Required work: Examine each line of the listing below. Copy those in which the string "SUBTRACT" appears.

= = = = =

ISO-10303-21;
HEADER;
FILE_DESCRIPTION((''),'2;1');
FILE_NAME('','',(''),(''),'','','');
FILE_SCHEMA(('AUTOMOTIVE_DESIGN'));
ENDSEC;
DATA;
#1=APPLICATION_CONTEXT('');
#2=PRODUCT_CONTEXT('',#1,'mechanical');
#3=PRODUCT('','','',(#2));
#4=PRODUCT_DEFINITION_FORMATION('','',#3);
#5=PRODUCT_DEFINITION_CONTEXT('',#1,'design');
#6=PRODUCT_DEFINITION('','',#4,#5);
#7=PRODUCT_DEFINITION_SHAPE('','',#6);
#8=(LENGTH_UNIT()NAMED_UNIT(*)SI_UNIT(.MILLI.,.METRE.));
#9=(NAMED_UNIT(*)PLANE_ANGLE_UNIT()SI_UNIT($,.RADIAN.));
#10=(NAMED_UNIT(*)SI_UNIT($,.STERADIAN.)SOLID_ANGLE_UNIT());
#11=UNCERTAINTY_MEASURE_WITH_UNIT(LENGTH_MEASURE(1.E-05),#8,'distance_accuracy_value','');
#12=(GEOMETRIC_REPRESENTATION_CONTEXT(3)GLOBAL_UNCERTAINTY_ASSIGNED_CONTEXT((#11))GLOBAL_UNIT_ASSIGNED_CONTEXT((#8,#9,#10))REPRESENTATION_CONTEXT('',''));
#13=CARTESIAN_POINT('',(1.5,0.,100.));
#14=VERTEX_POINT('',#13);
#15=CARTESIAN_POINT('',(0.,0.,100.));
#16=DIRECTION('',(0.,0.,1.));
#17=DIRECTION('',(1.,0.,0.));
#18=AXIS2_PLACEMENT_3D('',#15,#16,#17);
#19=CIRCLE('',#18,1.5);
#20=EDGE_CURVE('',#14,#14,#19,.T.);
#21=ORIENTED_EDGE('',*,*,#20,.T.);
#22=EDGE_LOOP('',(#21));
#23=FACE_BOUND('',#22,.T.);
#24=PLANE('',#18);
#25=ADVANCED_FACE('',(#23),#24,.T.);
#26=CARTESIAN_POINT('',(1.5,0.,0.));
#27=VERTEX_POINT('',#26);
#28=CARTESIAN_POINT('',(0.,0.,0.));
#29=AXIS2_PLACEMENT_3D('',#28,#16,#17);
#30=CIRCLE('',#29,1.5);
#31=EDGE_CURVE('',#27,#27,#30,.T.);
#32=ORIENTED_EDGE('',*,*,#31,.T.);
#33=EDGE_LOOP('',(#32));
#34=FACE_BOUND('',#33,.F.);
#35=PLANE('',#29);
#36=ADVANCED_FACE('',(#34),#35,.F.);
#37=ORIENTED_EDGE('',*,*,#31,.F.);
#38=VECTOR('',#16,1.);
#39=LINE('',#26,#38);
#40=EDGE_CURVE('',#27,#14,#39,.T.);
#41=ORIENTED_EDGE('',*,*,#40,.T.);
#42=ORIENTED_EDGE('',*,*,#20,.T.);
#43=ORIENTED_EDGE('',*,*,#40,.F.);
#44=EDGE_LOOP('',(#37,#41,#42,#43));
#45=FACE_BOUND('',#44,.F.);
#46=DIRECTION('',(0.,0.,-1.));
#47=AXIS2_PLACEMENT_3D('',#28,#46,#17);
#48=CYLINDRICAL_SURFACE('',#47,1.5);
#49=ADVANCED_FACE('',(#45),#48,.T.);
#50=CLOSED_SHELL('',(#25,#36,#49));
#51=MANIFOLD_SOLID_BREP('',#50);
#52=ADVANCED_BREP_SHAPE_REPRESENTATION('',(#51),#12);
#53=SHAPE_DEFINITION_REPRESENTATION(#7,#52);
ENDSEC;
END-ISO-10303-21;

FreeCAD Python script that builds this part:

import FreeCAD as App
import Part
import Sketcher
Q = App.Units.Quantity

doc = App.newDocument("Part")
body = doc.addObject("PartDesign::Body", "Body")

# Sketch on XY plane
sketch1 = doc.addObject("Sketcher::SketchObject", "Sketch")
body.addObject(sketch1)
sketch1.AttachmentSupport = (doc.XY_Plane, [""])
sketch1.MapMode = "FlatFace"
sketch1.addGeometry(Part.Circle(App.Vector(0, 0, 0), App.Vector(0, 0, 1), 1.5), False)
sketch1.addConstraint(Sketcher.Constraint("Coincident", 0, 3, -1, 1))
sketch1.addConstraint(Sketcher.Constraint("Diameter", 0, Q("3 mm")))
pad1 = doc.addObject("PartDesign::Pad", "Pad")
body.addObject(pad1)
pad1.Profile = sketch1
pad1.Length = 100

doc.recompute()
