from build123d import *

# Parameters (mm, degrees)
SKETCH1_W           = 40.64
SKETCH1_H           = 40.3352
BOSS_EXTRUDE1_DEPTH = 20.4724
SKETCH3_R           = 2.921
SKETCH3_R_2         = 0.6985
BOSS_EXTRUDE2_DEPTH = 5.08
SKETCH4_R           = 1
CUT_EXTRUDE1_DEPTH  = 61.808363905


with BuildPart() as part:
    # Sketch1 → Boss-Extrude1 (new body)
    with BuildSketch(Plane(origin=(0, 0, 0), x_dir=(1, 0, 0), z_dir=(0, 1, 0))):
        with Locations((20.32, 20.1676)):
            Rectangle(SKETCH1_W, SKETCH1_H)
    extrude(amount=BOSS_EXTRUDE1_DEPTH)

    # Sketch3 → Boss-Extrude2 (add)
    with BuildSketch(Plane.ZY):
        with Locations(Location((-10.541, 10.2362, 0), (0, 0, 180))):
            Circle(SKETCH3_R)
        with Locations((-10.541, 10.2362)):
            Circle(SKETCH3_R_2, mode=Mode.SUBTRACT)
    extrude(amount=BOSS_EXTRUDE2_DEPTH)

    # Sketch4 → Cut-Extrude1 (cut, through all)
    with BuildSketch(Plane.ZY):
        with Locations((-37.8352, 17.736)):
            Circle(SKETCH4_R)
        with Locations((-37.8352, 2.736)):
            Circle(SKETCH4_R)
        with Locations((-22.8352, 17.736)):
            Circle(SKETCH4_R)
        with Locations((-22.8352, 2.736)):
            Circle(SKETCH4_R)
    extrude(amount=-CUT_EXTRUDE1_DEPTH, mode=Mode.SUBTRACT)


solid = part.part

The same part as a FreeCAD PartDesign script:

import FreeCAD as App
import Part
import Sketcher

V = App.Vector
Q = App.Units.Quantity

doc = App.newDocument("Part")
body = doc.addObject("PartDesign::Body", "Body")

# Sketch on XZ plane
sketch1 = body.newObject("Sketcher::SketchObject", "Sketch")
sketch1.AttachmentSupport = (doc.getObject("XZ_Plane"), [""])
sketch1.MapMode = "FlatFace"
sketch1.addGeometry([
    Part.LineSegment(V(0, -40, 0), V(0, 0, 0)),
    Part.LineSegment(V(0, 0, 0), V(41, 0, 0)),
    Part.LineSegment(V(41, 0, 0), V(41, -40, 0)),
    Part.LineSegment(V(41, -40, 0), V(0, -40, 0)),
], False)
sketch1.addConstraint([
    Sketcher.Constraint("Coincident", 0, 2, 1, 1),
    Sketcher.Constraint("Coincident", 1, 2, 2, 1),
    Sketcher.Constraint("Coincident", 2, 2, 3, 1),
    Sketcher.Constraint("Coincident", 3, 2, 0, 1),
    Sketcher.Constraint("Vertical", 0),
    Sketcher.Constraint("Horizontal", 1),
    Sketcher.Constraint("Vertical", 2),
    Sketcher.Constraint("Horizontal", 3),
    Sketcher.Constraint("Coincident", 0, 2, -1, 1),
    Sketcher.Constraint("DistanceX", 1, 1, 1, 2, Q("1.6 in")),
    Sketcher.Constraint("DistanceY", 0, 1, 0, 2, Q("1.588 in")),
])
pad1 = body.newObject("PartDesign::Pad", "Pad")
pad1.Profile = sketch1
pad1.Length = Q("0.806 in")
pad1.Reversed = True

# Sketch on YZ plane
sketch2 = body.newObject("Sketcher::SketchObject", "Sketch001")
sketch2.AttachmentSupport = (doc.getObject("YZ_Plane"), [""])
sketch2.MapMode = "FlatFace"
sketch2.addGeometry([
    Part.Circle(V(10.2, -10.5, 0), V(0, 0, 1), 2.9),
    Part.Circle(V(10.2, -10.5, 0), V(0, 0, 1), 0.7),
], False)
sketch2.addConstraint([
    Sketcher.Constraint("Coincident", 1, 3, 0, 3),
    Sketcher.Constraint("Diameter", 0, Q("0.23 in")),
    Sketcher.Constraint("Diameter", 1, Q("0.055 in")),
    Sketcher.Constraint("DistanceX", -1, 1, 0, 3, Q("0.403 in")),
    Sketcher.Constraint("DistanceY", 0, 3, -1, 1, Q("0.415 in")),
])
pad2 = body.newObject("PartDesign::Pad", "Pad001")
pad2.Profile = sketch2
pad2.Length = Q("0.2 in")
pad2.Reversed = True

# Sketch on YZ plane
sketch3 = body.newObject("Sketcher::SketchObject", "Sketch002")
sketch3.AttachmentSupport = (doc.getObject("YZ_Plane"), [""])
sketch3.MapMode = "FlatFace"
sketch3.addGeometry([
    Part.Circle(V(17.7, -37.8, 0), V(0, 0, 1), 1),
    Part.Circle(V(2.7, -37.8, 0), V(0, 0, 1), 1),
    Part.Circle(V(17.7, -22.8, 0), V(0, 0, 1), 1),
    Part.Circle(V(2.7, -22.8, 0), V(0, 0, 1), 1),
], False)
sketch3.addConstraint([
    Sketcher.Constraint("Equal", 0, 1),
    Sketcher.Constraint("Equal", 1, 2),
    Sketcher.Constraint("Equal", 2, 3),
    Sketcher.Constraint("Horizontal", 0, 3, 1, 3),
    Sketcher.Constraint("Horizontal", 2, 3, 3, 3),
    Sketcher.Constraint("Vertical", 0, 3, 2, 3),
    Sketcher.Constraint("Vertical", 1, 3, 3, 3),
    Sketcher.Constraint("Diameter", 0, 2.0),
    Sketcher.Constraint("DistanceX", -1, 1, 0, 3, 17.736),
    Sketcher.Constraint("DistanceY", 0, 3, -1, 1, 37.8352),
    Sketcher.Constraint("DistanceX", -1, 1, 1, 3, 2.736),
    Sketcher.Constraint("DistanceY", 2, 3, -1, 1, 22.8352),
])
pocket1 = body.newObject("PartDesign::Pocket", "Pocket")
pocket1.Profile = sketch3
pocket1.Type = "ThroughAll"
pocket1.Reversed = True

doc.recompute()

= = = = =

The answer:
            Circle(SKETCH3_R_2, mode=Mode.SUBTRACT)
    extrude(amount=-CUT_EXTRUDE1_DEPTH, mode=Mode.SUBTRACT)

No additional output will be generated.